The light emitting and receiving device structure according to a third aspect of the present invention comprises an one-piece light projection and receiving lens having a light projection lens unit formed on a part of the light receiving lens unit, which is secured to the opening of the package.
In the light emitting and receiving device structure, the light receiving lens unit of the one-piece light projection and receiving lens is fitted into the entire opening of the package, the light projection lens unit being formed on a part of the light receiving lens unit, thereby making it possible to converge the emitted beam of light and the return beam of light even in the high-density device configuration. In the device structure, an optical axis of the emitted beam of light is placed in close proximity to an optical axis of the return beam of light. Further, the light projection lens can be set up in a space for setting up the light receiving lens, and the space for setting up the optical system becomes smaller by dispensing with a space which would otherwise be required therefor. In addition, the weight becomes lighter.

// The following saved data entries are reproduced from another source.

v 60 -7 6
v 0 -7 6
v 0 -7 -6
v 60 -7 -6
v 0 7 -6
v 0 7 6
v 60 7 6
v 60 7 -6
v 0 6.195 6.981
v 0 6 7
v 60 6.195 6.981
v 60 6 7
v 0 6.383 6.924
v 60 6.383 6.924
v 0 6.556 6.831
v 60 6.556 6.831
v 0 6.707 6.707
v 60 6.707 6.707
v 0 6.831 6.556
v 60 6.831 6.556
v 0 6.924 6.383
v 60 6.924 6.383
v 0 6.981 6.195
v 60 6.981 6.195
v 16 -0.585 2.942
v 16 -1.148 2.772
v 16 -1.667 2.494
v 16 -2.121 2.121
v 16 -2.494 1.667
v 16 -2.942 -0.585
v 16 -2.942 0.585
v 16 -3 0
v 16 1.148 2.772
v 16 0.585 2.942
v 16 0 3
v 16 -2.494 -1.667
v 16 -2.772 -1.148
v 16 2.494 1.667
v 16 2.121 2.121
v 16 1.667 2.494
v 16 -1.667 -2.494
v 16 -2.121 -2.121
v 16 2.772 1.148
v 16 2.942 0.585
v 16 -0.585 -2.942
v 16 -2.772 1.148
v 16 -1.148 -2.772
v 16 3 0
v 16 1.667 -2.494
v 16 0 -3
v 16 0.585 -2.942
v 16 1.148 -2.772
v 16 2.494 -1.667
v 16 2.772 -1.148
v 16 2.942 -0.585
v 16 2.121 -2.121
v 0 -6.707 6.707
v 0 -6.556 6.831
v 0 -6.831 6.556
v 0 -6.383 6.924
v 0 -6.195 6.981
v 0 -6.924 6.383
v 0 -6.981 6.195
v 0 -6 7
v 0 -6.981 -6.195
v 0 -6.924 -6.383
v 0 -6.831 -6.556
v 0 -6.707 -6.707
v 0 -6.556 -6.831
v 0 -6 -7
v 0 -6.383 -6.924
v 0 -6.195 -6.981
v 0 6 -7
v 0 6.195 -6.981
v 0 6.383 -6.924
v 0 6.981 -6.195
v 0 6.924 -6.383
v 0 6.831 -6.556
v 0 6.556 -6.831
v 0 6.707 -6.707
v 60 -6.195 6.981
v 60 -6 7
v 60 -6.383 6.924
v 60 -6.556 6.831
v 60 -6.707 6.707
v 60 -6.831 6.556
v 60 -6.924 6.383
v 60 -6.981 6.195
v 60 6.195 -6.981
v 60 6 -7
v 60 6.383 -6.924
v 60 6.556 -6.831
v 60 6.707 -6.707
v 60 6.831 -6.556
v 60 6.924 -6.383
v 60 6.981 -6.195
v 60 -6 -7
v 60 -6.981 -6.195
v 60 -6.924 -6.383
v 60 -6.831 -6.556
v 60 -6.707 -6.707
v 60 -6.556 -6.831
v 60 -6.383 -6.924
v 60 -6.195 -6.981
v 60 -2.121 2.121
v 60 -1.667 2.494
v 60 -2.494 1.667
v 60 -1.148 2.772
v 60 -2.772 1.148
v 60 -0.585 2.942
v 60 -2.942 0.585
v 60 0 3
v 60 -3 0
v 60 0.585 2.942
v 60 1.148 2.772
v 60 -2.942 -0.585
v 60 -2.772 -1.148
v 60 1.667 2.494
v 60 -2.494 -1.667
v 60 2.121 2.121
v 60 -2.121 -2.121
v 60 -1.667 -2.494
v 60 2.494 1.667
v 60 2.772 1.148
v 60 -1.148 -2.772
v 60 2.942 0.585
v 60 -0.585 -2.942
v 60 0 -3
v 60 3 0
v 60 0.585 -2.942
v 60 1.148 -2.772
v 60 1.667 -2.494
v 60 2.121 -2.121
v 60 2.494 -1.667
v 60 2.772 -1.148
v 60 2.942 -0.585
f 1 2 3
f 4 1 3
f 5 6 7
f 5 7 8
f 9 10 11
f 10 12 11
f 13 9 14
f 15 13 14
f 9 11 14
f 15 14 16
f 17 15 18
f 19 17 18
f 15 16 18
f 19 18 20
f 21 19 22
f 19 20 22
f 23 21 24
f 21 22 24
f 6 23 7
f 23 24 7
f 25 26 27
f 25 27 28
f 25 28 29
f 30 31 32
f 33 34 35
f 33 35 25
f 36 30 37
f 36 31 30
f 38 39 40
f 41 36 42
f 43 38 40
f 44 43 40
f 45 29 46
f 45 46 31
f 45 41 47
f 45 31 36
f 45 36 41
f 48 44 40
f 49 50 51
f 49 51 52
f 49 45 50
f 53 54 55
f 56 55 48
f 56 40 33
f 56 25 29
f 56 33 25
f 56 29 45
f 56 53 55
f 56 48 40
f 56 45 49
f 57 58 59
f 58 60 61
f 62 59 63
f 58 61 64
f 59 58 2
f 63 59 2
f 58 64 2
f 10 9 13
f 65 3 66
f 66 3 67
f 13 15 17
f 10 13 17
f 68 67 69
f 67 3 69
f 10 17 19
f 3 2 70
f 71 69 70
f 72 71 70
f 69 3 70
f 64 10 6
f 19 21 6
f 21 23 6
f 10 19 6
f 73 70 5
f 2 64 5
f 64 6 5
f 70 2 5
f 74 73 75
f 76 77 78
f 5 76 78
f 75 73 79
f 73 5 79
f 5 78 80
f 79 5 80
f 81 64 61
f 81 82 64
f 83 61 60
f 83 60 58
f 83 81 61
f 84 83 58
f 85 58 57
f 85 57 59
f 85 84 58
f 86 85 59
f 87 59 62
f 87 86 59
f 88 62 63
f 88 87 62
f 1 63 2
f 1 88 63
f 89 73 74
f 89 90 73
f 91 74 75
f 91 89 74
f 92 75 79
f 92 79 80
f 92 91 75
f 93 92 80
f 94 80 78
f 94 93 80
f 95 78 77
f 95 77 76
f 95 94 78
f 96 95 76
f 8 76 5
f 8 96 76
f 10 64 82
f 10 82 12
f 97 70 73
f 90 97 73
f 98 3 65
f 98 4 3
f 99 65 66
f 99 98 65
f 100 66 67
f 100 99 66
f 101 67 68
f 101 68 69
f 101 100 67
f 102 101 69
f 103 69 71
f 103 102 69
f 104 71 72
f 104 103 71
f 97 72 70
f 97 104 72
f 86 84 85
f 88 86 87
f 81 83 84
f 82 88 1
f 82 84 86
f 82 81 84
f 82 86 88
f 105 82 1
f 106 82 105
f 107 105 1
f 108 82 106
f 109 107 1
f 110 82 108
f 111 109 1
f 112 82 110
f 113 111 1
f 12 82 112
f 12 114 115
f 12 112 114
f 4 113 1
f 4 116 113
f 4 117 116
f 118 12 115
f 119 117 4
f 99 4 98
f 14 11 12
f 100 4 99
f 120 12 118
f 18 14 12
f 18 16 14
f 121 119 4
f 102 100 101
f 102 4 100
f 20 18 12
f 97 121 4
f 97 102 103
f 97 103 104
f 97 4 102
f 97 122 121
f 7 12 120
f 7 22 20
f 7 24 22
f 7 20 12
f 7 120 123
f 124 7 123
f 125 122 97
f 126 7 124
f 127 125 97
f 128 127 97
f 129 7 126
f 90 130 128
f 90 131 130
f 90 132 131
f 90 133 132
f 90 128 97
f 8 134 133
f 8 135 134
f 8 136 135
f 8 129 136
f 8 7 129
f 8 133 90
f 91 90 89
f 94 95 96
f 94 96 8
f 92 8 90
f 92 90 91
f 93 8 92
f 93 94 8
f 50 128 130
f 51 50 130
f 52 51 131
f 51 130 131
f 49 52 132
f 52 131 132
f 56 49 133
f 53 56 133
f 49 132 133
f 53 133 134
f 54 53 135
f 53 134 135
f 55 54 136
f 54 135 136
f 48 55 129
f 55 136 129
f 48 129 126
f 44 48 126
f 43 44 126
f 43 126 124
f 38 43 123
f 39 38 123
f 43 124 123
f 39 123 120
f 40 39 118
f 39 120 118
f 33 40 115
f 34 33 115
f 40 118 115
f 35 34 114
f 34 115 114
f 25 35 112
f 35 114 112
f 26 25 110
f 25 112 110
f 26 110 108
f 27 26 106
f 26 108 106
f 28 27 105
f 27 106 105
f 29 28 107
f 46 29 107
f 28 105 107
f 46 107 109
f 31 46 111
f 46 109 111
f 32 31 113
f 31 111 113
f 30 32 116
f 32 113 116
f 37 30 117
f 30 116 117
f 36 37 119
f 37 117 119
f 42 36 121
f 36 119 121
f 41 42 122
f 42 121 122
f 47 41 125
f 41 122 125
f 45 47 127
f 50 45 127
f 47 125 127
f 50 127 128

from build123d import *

# Parameters (mm, degrees)
SKETCH1_W           = 14
SKETCH1_H           = 14
BOSS_EXTRUDE1_DEPTH = 60
FILLET1_R           = 1
SKETCH2_R           = 3
CUT_EXTRUDE1_DEPTH  = 44


with BuildPart() as part:
    # Sketch1 → Boss-Extrude1 (new body)
    with BuildSketch(Plane(origin=(0, 0, 0), x_dir=(0, 0, -1), z_dir=(1, 0, 0))):
        Rectangle(SKETCH1_W, SKETCH1_H)
    extrude(amount=BOSS_EXTRUDE1_DEPTH)

    # Fillet1
    fillet1_edges = [part.edges().sort_by_distance(p)[0] for p in [
        (30, -7, -7),
        (30, -7, 7),
        (30, 7, 7),
        (30, 7, -7),
    ]]
    fillet(fillet1_edges, radius=FILLET1_R)

    # Sketch2 → Cut-Extrude1 (cut)
    with BuildSketch(Plane(origin=(60, 0, 0), x_dir=(0, 0, -1), z_dir=(1, 0, 0))):
        Circle(SKETCH2_R)
    extrude(amount=-CUT_EXTRUDE1_DEPTH, mode=Mode.SUBTRACT)


solid = part.part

The light emitting and receiving device structure according to a fourth aspect of the present invention includes the pedestal member composed of a heat sink.
In the light emitting and receiving device structure, since the pedestal member is composed of the heat sink, the pedestal member has a dual function as a pedestal for cubic arrangement of the light emitting element and the light receiving element and as means for cooling the devices, thus realizing an advanced function (additional cooling function) while maintaining its miniature size.
The light emitting and receiving device structure according to a fifth aspect of the present invention comprises a plurality of leads that extend through the bottom plate and protrude in a ring space between an outer circumference of the pedestal member and an inner circumference of the package, respective leads being connected to electrodes of the light emitting element and the light receiving element.
In the light emitting and receiving device structure, by placing the pedestal member protrudingly on the bottom plate, the ring space is formed between the inner circumference of the package and the outer circumference of the pedestal member. By letting the plurality of leads that extend through the bottom plate protrude into the ring space, the leads can be placed at any position in the circular direction, thus making effective use of the ring space possible. This allows electrical connections while maintaining the miniaturization of the package without providing for a space exclusively for lead connections.
In accordance with the light emitting and receiving device structure of the present invention, the pedestal member is protrudingly disposed on the bottom plate of the cylindrical package having a bottom, the light receiving element being secured to the front end surface of the pedestal member and the light emitting element being secured to the side face of the pedestal member, hence, as compared with a case of using each surface (the front end surface and the side face) of the cubic pedestal member for a space of mounting each device, for example, juxtaposing the light emitting element and the light receiving element on the bottom plate of the package, the outer diameter of the package is made small to enable high-density accommodation. Namely, it is possible to make a compact structure, hence the package can be made smaller. Use of the structure for disposing the devices in this manner makes it possible to place the optical axis of the emitted beam of light in close proximity to the optical axis of the return beam of light, and the light projection lens can be disposed on the region of the light receiving lens, whereby it is possible to produce an one-piece light emitting and light receiving structure jointly using a medium, resulting in the lightweight light emitting and receiving device.